Campus Tories vanish

April 11, 1997

Support for the Conservative party among university and college lecturers has all but evaporated, according to a poll conducted for The Times Higher Education Supplement by ICM Research.

Beaten into third place by the Liberal Democrats, the Conservative party has suffered a fall in support among academics from 17 per cent in 1992 to just 10 per cent.

Most lecturers interviewed (64 per cent) plan to vote Labour on May 1. This is an increase from 57 per cent in 1992 when ICM conducted a similar poll for the THES before the last general election.

It is impossible to say with certainty whether this represents a direct switch in Tory voters to Labour. The Liberal Democrat vote, at 21 per cent, remains the same while overall support for other parties has increased from 4 to 5 per cent.

ICM carried out telephone interviews with a random sample of 400 university and 100 further education lecturers across the whole country between March 5 and March 12.

A growing number of lecturers (69 per cent) believes that the rise in student numbers is leading to lowered education standards, a substantial increase on 1992 when fewer than half (43 per cent) believed this policy lowered standards.

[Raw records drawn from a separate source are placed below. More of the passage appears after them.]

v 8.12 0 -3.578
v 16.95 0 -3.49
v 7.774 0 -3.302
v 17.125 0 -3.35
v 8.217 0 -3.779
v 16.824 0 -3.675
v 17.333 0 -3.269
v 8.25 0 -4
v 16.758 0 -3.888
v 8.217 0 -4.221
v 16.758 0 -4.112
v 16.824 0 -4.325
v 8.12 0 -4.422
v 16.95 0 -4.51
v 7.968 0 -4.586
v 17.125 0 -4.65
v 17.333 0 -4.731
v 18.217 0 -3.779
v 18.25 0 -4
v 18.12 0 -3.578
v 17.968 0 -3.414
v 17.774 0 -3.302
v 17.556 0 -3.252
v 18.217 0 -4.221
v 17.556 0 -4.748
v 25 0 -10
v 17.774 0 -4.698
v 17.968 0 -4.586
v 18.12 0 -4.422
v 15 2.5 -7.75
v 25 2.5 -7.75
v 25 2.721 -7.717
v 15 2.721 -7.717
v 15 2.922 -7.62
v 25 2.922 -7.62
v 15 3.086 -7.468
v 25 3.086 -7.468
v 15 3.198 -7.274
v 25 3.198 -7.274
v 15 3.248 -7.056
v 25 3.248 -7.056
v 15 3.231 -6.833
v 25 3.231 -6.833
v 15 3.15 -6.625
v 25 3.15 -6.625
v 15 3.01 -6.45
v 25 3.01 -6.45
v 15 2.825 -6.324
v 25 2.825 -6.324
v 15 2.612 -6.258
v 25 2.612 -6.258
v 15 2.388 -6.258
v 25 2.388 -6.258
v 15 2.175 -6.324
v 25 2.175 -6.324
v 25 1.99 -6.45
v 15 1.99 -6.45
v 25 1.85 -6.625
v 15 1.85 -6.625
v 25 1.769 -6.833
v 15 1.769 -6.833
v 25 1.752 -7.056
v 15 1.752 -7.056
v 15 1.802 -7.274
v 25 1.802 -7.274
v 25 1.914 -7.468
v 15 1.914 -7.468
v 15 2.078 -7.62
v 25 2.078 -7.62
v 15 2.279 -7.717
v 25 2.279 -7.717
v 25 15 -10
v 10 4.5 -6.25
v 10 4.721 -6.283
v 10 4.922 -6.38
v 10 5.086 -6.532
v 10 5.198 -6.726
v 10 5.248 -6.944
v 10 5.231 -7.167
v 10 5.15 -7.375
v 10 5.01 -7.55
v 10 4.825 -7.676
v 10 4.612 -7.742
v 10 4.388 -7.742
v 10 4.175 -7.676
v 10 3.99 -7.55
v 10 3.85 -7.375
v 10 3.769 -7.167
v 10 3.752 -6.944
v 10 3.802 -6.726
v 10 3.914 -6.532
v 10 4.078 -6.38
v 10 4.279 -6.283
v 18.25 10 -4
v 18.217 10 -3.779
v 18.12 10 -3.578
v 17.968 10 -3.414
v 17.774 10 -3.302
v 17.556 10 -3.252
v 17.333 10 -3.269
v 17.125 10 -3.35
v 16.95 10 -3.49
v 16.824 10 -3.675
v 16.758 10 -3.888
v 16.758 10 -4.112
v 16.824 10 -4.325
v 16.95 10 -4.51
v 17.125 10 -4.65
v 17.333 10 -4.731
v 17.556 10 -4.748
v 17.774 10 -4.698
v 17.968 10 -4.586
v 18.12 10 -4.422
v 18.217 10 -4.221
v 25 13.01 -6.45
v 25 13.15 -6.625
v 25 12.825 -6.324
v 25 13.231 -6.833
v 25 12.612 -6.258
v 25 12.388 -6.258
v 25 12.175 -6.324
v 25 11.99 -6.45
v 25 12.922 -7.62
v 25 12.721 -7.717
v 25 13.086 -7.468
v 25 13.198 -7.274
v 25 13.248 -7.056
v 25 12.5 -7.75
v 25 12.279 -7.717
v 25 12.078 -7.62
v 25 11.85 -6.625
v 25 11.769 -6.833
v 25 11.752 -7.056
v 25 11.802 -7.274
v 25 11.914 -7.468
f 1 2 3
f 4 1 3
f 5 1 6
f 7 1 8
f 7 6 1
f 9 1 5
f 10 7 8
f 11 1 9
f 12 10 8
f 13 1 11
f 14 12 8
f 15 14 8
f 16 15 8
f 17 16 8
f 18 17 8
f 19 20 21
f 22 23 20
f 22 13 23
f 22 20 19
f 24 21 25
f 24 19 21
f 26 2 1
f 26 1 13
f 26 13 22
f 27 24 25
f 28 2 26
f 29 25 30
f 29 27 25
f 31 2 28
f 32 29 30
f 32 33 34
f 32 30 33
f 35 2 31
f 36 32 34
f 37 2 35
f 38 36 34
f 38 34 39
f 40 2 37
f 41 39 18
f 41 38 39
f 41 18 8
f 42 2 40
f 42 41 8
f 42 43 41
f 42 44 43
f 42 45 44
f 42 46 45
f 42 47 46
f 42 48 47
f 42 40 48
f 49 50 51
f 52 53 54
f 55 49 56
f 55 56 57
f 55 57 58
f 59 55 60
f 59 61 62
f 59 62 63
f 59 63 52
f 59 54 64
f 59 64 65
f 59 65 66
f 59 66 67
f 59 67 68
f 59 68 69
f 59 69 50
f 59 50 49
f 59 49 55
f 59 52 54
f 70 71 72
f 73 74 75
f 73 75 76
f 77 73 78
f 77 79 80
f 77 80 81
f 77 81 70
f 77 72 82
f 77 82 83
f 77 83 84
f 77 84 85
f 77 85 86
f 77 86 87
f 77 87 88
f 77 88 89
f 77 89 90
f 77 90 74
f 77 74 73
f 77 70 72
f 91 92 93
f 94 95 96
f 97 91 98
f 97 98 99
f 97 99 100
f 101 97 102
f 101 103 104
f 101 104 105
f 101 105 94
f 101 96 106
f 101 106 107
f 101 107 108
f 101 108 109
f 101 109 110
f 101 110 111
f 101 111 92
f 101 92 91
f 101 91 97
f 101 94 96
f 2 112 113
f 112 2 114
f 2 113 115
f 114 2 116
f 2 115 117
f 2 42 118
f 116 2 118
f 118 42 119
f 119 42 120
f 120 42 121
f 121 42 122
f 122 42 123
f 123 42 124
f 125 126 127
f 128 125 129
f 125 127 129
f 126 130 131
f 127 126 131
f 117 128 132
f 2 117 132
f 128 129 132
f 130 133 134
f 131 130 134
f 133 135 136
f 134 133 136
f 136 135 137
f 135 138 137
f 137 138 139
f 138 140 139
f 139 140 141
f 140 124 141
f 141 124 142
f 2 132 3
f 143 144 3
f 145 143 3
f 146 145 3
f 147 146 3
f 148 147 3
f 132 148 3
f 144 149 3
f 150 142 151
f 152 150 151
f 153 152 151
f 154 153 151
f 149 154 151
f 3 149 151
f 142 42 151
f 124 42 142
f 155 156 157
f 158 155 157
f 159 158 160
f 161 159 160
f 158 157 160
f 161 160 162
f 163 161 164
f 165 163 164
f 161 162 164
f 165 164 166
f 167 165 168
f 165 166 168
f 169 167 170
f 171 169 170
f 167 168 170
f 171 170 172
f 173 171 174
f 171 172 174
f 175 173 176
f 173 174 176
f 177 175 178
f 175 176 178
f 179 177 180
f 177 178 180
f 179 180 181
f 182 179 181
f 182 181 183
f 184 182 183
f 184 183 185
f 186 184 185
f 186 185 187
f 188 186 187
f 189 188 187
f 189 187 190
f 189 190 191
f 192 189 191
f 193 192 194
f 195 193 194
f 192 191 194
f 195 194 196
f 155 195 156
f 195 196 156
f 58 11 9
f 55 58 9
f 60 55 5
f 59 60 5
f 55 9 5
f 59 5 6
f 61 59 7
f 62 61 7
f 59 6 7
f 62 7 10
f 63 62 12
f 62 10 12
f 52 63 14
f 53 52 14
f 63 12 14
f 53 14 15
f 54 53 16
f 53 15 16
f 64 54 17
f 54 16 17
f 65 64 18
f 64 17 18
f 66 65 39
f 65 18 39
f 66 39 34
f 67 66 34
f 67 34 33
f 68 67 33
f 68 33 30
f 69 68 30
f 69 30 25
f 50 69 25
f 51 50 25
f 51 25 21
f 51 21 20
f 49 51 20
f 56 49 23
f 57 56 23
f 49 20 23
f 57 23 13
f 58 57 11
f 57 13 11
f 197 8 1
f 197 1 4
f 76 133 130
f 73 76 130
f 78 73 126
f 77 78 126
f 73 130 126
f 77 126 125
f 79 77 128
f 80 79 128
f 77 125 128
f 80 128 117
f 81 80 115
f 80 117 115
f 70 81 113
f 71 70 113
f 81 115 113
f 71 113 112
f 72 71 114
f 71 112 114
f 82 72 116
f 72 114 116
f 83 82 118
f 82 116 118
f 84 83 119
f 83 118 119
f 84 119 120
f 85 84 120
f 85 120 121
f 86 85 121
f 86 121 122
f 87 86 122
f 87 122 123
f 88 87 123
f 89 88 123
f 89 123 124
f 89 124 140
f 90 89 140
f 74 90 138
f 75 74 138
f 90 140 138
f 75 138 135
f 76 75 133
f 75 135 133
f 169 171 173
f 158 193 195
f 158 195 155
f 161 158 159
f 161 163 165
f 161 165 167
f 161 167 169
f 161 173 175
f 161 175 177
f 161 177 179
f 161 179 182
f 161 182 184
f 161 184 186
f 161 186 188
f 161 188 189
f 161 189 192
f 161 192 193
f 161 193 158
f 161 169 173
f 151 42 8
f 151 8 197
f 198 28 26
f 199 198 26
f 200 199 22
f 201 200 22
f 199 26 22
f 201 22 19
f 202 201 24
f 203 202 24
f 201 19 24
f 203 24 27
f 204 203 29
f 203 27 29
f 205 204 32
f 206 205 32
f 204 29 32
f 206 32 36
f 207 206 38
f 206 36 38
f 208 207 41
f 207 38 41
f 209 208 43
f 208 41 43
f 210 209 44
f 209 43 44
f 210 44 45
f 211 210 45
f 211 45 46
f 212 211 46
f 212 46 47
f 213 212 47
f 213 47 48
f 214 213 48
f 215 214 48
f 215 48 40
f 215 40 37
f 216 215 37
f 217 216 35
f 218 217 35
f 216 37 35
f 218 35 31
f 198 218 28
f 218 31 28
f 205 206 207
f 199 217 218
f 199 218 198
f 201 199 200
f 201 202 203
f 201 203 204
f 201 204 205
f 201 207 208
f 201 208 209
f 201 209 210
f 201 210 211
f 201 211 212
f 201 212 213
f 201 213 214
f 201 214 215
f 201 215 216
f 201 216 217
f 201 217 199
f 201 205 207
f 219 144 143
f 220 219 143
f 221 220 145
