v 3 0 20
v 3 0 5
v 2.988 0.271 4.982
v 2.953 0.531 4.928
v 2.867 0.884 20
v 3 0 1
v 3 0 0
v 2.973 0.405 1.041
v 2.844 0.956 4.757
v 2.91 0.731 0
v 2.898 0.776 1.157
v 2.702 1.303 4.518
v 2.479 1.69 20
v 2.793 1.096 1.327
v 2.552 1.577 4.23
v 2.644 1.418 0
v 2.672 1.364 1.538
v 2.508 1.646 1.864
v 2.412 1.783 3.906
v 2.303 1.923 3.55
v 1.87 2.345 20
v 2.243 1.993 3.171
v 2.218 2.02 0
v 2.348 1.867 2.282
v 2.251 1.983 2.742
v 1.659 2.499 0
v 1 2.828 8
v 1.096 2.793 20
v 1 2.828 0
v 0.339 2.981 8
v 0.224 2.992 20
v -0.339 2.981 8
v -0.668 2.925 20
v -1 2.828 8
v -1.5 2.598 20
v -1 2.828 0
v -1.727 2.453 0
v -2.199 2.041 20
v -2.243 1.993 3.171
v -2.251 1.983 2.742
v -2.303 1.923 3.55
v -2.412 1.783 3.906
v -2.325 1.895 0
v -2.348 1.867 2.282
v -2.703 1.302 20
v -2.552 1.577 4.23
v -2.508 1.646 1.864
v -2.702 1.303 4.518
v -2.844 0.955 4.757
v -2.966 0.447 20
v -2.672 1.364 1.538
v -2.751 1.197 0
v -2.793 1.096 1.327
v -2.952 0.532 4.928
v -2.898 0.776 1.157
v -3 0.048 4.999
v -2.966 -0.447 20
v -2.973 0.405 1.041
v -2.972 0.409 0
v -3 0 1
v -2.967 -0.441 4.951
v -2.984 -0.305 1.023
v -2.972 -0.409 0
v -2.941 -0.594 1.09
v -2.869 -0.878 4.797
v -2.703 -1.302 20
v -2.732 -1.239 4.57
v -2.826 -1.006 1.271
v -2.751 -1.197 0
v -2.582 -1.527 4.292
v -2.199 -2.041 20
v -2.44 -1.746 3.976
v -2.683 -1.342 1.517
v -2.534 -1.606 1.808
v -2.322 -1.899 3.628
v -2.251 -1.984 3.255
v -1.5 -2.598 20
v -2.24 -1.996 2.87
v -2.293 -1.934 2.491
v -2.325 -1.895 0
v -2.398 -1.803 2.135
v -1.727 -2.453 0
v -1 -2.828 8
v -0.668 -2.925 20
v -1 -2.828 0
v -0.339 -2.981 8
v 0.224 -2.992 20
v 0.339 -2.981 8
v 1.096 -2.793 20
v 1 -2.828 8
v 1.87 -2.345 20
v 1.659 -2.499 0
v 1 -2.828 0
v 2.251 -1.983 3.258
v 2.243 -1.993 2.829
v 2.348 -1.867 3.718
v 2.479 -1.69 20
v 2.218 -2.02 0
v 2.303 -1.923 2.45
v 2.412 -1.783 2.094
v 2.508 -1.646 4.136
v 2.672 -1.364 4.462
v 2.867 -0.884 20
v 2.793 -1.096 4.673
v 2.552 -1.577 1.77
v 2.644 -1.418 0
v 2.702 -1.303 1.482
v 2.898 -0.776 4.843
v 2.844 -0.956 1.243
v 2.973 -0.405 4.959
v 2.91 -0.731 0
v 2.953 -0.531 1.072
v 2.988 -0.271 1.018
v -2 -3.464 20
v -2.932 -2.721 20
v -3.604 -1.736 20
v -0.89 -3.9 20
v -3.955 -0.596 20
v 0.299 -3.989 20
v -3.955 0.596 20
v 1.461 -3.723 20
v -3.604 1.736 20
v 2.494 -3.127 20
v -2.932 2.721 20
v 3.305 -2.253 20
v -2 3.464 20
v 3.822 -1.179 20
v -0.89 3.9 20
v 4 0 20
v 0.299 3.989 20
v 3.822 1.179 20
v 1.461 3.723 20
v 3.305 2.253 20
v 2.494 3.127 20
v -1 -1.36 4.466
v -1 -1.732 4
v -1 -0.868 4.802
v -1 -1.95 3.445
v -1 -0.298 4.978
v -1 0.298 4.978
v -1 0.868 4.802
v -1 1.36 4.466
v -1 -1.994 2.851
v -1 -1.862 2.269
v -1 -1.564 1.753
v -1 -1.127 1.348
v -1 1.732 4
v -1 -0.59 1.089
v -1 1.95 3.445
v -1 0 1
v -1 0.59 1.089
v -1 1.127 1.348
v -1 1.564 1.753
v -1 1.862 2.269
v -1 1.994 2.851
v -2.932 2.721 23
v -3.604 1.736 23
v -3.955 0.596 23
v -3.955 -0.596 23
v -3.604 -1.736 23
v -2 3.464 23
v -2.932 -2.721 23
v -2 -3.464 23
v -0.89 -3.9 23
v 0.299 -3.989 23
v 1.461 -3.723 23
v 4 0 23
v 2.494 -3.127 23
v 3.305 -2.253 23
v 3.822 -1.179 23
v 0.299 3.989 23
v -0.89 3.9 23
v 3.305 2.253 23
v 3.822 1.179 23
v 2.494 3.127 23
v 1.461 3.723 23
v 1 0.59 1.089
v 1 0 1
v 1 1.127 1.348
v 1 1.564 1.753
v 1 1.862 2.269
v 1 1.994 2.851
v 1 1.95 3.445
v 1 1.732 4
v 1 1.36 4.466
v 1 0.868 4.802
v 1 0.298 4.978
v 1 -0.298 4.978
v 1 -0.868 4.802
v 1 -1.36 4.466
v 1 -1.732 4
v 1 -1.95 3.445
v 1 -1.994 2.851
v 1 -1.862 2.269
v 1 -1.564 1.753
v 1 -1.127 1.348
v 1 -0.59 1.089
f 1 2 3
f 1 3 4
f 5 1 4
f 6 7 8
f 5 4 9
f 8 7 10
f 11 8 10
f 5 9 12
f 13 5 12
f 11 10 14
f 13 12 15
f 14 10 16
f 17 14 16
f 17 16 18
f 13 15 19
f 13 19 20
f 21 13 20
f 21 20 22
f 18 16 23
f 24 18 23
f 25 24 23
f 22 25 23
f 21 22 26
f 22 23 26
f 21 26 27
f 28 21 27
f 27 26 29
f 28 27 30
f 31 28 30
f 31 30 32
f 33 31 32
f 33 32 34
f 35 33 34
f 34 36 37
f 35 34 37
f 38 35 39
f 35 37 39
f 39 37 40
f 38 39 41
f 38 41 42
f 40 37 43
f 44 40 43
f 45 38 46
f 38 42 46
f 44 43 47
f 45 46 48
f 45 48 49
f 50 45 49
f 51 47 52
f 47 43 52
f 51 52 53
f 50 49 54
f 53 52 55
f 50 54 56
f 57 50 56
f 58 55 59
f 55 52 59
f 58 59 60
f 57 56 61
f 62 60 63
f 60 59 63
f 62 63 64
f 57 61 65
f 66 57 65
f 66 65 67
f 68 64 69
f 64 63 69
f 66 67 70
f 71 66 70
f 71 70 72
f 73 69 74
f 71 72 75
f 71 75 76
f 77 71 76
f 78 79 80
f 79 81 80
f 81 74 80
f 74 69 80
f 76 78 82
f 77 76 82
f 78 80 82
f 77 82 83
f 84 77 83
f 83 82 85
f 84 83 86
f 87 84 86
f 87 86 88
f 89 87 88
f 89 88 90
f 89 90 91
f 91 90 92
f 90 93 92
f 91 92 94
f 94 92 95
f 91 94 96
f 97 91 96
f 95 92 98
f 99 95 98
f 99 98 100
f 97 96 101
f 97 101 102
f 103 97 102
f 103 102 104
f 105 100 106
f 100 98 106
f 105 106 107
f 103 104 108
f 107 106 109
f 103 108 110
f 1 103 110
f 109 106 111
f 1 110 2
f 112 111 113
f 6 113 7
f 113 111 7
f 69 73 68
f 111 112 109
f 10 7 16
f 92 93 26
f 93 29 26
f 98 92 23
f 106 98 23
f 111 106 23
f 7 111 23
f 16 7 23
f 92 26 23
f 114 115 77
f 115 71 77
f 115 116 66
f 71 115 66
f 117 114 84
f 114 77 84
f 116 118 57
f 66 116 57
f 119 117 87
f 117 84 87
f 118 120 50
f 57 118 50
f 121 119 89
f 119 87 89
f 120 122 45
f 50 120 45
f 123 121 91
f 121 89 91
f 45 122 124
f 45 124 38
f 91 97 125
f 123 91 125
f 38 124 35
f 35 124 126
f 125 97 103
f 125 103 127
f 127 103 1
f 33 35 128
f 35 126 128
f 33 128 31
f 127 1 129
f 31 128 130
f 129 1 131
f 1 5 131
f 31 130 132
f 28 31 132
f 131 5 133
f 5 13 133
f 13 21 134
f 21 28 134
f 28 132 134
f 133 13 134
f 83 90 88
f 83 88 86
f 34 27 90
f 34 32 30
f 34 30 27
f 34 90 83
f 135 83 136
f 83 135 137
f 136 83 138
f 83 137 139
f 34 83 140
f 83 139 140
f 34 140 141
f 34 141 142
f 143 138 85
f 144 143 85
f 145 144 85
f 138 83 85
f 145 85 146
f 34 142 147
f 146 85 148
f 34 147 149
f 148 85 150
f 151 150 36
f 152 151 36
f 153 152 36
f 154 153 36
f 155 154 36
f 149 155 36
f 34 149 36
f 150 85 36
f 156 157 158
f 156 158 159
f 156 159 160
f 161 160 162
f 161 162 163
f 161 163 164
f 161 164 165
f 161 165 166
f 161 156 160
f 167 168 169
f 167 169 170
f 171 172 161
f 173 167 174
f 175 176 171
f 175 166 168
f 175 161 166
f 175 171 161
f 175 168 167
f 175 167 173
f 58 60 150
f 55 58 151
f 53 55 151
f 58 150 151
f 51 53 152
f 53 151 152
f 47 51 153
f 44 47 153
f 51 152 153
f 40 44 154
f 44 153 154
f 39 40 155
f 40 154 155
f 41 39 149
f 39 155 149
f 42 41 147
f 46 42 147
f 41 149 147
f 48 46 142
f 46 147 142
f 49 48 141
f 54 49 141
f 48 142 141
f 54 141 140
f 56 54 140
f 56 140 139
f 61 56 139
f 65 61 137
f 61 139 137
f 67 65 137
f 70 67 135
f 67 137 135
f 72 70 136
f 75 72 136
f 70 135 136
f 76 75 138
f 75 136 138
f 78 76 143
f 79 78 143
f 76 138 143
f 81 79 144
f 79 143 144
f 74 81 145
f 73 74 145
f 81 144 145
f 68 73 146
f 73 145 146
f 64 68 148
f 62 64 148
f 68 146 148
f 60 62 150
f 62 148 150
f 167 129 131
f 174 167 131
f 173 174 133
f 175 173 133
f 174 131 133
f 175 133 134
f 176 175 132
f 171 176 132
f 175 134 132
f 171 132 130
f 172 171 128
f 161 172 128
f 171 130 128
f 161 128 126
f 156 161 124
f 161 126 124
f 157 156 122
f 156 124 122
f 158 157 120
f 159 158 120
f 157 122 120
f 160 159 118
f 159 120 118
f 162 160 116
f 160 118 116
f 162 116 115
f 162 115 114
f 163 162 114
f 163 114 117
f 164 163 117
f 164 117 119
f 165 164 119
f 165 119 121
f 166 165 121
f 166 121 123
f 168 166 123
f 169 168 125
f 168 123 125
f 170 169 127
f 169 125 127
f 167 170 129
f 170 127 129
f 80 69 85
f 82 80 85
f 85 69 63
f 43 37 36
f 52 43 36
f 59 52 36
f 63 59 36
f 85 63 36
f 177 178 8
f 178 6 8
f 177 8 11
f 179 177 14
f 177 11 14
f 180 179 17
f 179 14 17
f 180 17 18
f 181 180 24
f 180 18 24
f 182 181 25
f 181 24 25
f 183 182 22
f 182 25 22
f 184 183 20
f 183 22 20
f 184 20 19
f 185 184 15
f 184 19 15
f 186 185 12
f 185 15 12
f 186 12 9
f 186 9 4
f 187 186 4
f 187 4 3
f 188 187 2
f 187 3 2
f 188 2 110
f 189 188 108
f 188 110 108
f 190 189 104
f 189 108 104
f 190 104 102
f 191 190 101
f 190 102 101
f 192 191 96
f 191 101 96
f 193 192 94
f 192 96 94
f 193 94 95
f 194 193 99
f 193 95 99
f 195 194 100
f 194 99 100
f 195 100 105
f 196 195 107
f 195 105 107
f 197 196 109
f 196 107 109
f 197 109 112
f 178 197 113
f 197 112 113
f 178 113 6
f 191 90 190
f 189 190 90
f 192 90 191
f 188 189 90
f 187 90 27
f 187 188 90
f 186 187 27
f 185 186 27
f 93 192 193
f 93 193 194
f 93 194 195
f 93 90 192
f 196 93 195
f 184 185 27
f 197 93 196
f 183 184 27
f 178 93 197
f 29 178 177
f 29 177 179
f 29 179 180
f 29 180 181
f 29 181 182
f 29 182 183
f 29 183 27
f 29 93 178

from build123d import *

# Parameters (mm, degrees)
SKETCH_1_R          = 3
EXTRUDE_1_DEPTH     = 20
SKETCH_2_R          = 4
EXTRUDE_2_DEPTH     = 3
SKETCH_4_W          = 2
SKETCH_4_H          = 6.835299346
CUT_EXTRUDE_1_DEPTH = 8
SKETCH_5_R          = 2
CUT_EXTRUDE_2_DEPTH = 4


with BuildPart() as part:
    # 草图1 → 凸台-拉伸1 (new body)
    with BuildSketch(Plane.XY):
        Circle(SKETCH_1_R)
    extrude(amount=EXTRUDE_1_DEPTH)

    # 草图2 → 凸台-拉伸2 (add)
    with BuildSketch(Plane.XY.offset(20)):
        Circle(SKETCH_2_R)
    extrude(amount=EXTRUDE_2_DEPTH)

    # 草图4 → 切除-拉伸1 (cut)
    with BuildSketch(Plane(origin=(0, 0, 0), x_dir=(-1, 0, 0), z_dir=(0, 0, -1))):
        Rectangle(SKETCH_4_W, SKETCH_4_H)
    extrude(amount=-CUT_EXTRUDE_1_DEPTH, mode=Mode.SUBTRACT)

    # 草图5 → 切除-拉伸2 (cut, symmetric)
    with BuildSketch(Plane(origin=(0, 0, 0), x_dir=(0, 0, -1), z_dir=(1, 0, 0))):
        with Locations((-3, 0)):
            Circle(SKETCH_5_R)
    extrude(amount=CUT_EXTRUDE_2_DEPTH, both=True, mode=Mode.SUBTRACT)


solid = part.part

Lecturers tend to feel that the expansion of universities has been taken far enough. Over half (59 per cent) think that the expansion should be halted against one third (34 per cent) who believe it should continue.

Among supporters of continued expansion, an overwhelming majority (74 per cent) said that the Government should foot the bill. Conservative voters were markedly less supportive of government-funded expansion.

Lecturers in further education are more likely to vote Labour (74 per cent) than their counterparts in universities (62 per cent). The strongest support for Labour is in arts faculties (77 per cent), with the weakest in science departments (49 per cent), which also give the strongest support to the Liberal Democrats (35 per cent). The Tories fare best in medicine (22 per cent) and worst among arts lecturers (3 per cent).

While lecturers said that they considered higher education issues fairly important in influencing the way that they would choose to vote, there were many other factors which will affect their decision.

This time ICM, in common with other pollsters, has introduced an adjustment to take account of the differential tendency of respondents to lie about their intentions. When this adjustment is applied, their figure for the percentage likely to vote Labour falls to 61 per cent, and Conservative support rises to 11 per cent. Liberal Democrats remain on 21 per cent but support for other parties increases to 8 per cent.